# Enough room for hanging duct work



## Mudball (Aug 14, 2006)

I currently have concrete block walls high enough that when the concrete floor pad is poured and that when the trusses were set on the block walls then I would have 8 foot high interior walls/ceiling. I was thinking about hanging the air exchanger(?) and duct work under the trusses. If I went up just one more concrete block high then would that be enough room to hang duct work ? Its ok if I dont have exactly 8 foot high ceiling. How thick is duct work ? I thought about putting in a drop ceiling just below the duct work. I heard that this is more efficient than putting the duct work in the attic.
Any thoughts or suggestions ?
Thanks


----------



## glennjanie (Aug 14, 2006)

Hey Mudball:
Manufactured duct work is 8" thick and made in widths from 8" to 48". Do you know what source of heat and air conditioning you will be using.
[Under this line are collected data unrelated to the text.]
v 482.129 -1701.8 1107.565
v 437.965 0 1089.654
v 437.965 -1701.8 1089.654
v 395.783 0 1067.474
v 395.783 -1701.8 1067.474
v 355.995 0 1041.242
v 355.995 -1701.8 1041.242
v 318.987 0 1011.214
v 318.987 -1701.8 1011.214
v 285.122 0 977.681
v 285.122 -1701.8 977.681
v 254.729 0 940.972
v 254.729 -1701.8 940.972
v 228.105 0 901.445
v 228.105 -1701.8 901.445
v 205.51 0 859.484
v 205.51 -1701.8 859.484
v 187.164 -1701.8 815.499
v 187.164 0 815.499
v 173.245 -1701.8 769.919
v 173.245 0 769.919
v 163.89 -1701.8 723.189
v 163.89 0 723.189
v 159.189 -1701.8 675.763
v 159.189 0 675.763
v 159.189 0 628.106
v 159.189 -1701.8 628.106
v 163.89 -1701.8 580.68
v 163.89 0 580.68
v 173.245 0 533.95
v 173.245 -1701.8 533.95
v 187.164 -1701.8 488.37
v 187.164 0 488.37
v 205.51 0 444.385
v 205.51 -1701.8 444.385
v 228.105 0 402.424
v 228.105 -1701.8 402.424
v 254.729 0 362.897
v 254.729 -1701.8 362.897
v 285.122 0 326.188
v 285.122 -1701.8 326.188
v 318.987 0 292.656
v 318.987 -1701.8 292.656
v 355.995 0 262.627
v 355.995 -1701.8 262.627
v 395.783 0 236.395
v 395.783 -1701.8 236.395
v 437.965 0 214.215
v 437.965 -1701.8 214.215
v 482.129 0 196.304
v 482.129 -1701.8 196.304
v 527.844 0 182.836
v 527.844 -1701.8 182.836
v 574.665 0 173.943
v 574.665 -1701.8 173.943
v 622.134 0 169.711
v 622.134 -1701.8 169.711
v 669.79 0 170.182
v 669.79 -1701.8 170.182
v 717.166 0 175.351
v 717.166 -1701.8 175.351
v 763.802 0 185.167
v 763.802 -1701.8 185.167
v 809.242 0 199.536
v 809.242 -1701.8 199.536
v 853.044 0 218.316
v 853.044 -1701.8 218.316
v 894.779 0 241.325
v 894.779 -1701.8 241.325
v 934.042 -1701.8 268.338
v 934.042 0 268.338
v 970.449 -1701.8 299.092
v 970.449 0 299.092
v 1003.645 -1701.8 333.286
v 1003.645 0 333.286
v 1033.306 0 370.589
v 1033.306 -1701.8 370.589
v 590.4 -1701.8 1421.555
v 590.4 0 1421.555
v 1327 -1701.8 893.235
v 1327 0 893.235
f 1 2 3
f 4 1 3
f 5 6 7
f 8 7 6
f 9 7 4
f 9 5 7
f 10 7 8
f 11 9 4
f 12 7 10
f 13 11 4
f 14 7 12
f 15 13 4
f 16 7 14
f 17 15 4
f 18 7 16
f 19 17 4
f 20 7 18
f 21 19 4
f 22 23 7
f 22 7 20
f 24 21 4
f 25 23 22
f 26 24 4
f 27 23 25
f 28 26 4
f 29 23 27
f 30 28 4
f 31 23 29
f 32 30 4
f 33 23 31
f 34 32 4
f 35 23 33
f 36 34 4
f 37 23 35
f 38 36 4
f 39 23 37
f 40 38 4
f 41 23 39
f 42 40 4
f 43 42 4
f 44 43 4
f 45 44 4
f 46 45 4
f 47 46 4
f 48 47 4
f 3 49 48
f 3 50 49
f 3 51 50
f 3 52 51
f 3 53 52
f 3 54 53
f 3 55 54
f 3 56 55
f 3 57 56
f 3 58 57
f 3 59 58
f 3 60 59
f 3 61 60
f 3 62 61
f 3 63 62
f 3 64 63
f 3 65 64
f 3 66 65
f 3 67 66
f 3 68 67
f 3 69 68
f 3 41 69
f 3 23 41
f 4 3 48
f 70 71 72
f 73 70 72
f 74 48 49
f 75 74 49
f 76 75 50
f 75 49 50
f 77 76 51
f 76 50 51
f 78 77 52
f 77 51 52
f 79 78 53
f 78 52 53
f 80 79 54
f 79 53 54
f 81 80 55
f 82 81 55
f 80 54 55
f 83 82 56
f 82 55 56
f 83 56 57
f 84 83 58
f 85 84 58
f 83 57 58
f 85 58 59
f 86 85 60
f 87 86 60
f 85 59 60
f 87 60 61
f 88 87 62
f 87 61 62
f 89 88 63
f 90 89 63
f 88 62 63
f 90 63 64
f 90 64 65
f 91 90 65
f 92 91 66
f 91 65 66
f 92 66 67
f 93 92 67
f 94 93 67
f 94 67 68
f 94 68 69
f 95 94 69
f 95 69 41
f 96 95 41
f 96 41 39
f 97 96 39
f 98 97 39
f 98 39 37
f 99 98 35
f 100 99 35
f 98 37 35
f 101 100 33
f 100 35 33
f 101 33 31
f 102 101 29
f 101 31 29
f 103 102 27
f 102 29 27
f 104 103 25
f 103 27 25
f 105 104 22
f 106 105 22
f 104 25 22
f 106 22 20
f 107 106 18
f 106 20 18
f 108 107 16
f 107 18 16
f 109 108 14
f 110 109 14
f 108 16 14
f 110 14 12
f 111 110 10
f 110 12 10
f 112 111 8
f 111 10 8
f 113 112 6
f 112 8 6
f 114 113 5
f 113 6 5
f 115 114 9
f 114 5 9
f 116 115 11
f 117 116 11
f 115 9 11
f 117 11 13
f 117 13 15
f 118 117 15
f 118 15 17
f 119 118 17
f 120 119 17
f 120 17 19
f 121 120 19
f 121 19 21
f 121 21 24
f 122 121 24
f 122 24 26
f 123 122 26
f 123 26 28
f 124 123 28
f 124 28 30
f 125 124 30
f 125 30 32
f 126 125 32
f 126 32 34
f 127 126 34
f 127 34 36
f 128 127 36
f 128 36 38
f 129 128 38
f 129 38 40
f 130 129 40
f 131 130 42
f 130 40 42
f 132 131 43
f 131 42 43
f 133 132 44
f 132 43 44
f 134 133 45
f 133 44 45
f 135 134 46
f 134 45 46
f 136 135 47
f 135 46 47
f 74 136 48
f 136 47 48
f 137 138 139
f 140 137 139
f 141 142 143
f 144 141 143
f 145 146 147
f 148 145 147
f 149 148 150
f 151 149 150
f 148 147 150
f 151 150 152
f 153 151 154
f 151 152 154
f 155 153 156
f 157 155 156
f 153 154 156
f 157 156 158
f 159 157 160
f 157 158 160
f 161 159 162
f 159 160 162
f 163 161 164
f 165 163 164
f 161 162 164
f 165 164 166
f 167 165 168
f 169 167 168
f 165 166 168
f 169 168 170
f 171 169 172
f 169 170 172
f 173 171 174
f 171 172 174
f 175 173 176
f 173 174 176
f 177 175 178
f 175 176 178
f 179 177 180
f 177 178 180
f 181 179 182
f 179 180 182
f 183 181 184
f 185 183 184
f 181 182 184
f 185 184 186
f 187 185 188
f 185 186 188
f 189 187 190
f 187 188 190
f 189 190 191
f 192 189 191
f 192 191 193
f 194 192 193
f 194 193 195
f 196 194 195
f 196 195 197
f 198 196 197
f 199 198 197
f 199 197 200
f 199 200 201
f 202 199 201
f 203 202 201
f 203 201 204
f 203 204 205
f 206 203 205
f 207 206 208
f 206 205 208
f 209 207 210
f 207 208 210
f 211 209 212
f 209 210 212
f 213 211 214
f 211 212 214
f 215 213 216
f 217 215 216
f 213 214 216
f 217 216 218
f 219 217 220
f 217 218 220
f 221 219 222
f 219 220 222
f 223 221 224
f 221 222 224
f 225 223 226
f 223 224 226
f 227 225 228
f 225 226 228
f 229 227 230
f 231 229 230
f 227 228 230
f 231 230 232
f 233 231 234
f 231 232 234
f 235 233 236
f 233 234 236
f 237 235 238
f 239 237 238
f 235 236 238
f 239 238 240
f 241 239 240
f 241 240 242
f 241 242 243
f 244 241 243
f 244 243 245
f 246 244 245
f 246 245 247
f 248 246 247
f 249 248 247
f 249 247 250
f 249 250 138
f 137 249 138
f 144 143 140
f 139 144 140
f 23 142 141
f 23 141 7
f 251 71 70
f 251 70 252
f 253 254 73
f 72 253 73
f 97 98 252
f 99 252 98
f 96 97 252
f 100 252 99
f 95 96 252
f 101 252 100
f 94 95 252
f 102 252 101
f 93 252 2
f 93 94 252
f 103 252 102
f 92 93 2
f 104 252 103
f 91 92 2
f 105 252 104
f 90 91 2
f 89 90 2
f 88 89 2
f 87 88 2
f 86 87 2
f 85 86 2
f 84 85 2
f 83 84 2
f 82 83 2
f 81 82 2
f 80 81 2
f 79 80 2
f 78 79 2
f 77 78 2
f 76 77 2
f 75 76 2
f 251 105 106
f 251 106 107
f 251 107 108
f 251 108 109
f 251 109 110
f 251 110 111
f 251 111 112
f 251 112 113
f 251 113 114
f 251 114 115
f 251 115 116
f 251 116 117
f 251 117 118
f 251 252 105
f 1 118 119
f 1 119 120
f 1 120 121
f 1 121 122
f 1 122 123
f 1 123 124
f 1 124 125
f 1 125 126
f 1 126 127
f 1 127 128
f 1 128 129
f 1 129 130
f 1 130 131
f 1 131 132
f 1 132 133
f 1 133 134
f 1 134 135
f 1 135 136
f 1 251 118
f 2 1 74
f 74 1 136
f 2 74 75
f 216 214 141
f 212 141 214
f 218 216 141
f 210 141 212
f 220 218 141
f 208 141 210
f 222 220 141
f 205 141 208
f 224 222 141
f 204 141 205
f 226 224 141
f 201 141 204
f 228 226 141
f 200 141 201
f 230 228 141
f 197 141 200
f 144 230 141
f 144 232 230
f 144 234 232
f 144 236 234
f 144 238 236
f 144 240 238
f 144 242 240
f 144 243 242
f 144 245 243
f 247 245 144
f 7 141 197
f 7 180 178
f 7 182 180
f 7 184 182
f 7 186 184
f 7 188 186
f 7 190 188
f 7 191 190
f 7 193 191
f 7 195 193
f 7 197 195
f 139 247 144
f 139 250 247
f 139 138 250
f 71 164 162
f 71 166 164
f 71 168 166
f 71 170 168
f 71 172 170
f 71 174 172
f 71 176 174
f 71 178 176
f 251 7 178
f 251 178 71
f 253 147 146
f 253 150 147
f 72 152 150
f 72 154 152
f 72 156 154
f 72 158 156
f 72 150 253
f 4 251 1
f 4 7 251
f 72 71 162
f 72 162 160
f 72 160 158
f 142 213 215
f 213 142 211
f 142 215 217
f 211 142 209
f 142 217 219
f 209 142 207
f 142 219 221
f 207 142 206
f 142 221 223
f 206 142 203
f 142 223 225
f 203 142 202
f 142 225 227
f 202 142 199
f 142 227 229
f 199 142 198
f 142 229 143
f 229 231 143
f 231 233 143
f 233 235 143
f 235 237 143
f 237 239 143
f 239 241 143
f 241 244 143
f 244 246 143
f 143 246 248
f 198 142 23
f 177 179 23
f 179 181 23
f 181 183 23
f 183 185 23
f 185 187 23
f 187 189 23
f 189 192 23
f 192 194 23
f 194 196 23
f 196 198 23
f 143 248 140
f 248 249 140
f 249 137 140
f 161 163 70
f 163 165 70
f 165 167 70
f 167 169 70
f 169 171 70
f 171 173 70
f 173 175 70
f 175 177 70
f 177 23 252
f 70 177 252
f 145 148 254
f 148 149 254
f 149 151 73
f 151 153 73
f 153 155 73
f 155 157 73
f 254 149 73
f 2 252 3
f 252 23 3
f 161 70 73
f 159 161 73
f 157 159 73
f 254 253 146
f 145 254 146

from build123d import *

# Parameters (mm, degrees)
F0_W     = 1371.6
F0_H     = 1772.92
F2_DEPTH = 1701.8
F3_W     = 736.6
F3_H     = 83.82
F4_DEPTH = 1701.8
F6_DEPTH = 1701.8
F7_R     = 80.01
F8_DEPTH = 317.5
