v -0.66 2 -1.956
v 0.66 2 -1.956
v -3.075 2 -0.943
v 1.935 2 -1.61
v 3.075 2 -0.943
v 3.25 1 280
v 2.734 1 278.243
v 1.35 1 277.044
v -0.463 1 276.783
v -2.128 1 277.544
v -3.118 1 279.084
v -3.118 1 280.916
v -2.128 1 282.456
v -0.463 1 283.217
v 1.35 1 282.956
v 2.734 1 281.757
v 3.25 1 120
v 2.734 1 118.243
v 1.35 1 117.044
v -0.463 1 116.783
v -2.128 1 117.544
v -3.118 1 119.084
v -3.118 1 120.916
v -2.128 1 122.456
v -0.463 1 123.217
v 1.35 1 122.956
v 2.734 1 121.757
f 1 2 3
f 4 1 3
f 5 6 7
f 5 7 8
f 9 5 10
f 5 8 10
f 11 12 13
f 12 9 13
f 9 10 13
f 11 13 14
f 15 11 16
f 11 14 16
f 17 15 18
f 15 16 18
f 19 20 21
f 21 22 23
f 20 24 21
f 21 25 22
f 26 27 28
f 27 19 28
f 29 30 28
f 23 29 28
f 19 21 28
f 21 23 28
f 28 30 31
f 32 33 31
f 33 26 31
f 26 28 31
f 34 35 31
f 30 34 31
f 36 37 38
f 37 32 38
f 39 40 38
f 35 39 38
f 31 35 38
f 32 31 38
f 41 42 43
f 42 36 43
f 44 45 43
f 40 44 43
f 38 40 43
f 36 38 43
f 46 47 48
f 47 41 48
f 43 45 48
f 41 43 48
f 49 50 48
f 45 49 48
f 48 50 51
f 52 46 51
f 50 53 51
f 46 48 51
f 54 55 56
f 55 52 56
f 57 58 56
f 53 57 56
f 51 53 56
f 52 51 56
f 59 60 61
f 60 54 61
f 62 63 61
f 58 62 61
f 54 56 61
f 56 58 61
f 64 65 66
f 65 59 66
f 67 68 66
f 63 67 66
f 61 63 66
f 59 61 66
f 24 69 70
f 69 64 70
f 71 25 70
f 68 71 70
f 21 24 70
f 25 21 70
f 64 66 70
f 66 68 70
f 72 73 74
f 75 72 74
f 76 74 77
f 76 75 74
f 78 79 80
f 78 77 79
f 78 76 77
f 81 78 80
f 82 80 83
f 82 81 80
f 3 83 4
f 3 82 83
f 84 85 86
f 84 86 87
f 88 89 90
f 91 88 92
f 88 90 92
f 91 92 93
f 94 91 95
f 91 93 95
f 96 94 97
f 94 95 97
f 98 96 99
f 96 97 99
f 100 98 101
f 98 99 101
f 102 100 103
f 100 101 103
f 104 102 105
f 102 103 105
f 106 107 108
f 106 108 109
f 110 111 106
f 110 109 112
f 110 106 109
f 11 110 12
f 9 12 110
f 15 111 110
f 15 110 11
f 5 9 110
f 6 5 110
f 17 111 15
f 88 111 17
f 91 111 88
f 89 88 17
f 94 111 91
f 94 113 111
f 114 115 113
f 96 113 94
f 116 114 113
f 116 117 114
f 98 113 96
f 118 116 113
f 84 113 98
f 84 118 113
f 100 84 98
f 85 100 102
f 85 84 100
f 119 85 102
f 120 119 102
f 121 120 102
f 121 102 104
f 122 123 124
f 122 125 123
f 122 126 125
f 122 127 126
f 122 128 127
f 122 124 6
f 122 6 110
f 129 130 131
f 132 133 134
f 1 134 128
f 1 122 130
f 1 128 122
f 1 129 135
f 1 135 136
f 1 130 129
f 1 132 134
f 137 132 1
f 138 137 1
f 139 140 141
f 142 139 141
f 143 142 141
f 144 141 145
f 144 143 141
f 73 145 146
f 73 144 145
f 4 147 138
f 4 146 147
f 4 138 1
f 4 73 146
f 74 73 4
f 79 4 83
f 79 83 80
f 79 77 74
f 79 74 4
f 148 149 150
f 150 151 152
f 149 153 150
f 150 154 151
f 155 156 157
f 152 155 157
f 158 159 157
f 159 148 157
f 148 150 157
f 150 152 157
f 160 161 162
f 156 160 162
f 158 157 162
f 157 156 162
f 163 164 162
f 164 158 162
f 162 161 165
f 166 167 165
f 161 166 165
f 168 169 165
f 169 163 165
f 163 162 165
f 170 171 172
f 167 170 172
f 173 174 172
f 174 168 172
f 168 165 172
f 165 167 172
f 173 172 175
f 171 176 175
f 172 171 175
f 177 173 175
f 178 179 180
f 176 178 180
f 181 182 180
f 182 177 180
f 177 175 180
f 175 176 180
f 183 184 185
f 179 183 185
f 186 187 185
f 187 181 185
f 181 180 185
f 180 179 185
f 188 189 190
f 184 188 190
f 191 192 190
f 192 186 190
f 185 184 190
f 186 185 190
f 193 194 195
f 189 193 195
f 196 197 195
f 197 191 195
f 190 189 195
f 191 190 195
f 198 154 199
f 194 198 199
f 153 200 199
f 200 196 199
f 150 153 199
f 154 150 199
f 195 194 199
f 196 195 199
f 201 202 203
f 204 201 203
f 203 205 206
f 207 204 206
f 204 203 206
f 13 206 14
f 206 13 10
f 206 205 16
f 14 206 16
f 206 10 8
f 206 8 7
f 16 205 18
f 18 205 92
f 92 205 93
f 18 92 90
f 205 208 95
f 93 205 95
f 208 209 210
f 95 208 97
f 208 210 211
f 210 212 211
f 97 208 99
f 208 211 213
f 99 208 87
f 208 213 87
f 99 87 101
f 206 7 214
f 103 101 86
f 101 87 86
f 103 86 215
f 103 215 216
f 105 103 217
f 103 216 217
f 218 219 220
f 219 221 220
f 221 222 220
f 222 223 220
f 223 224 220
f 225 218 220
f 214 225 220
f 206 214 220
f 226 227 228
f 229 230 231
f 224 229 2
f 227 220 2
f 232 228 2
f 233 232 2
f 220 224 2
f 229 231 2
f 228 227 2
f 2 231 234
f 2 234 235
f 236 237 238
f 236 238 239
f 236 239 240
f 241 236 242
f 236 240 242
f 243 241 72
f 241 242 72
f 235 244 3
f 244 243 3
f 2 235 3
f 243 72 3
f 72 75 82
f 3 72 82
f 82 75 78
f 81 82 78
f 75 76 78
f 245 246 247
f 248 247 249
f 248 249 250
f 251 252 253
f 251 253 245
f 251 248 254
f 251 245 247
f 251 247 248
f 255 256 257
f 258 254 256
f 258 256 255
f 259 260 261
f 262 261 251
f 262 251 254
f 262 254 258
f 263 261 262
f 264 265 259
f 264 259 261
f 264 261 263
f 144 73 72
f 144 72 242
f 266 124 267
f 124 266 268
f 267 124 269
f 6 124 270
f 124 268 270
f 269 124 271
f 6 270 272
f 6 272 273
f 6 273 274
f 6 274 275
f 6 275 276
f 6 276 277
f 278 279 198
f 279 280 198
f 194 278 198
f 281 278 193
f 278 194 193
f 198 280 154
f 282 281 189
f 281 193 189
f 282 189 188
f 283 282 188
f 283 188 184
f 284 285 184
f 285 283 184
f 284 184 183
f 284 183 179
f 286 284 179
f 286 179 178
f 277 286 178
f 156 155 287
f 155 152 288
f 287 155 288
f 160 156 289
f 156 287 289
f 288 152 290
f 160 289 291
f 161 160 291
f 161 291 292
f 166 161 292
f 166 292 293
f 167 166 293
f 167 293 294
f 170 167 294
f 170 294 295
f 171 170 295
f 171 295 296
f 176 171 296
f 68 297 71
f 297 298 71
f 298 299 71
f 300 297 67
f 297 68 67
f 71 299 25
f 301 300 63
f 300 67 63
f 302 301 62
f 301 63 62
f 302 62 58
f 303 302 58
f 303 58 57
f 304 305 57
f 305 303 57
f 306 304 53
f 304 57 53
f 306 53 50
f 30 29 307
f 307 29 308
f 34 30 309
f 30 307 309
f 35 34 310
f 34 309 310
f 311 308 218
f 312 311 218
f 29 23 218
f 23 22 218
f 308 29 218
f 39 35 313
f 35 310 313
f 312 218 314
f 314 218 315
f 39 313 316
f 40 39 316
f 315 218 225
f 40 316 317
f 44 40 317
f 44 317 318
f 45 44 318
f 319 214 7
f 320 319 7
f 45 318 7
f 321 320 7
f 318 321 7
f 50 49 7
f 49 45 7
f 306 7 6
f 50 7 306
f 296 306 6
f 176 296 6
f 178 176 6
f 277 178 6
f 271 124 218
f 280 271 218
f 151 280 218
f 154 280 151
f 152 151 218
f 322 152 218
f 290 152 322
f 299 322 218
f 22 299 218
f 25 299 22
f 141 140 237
It can make a difference.
There is a systme called Unico (there is another brand also) which uses 8"X8" square fiberglass for a trunk line and the branches are flex hose the size of a vacum cleaner hose. The outlets look very much like a porcelain rosette light fixture. It can be used with any outdoor heat pump of the same rating. You will not feel the air moving unless you stand right under an outlet but the high velocity fan will force the air circulation throughout the house. I know several people who have this kind of systme and they swear by it. I don't have a web site for you but I do still have a brochure.
Glenn


----------



## Mudball (Aug 16, 2006)

That sounds great. Thanks for the information.


----------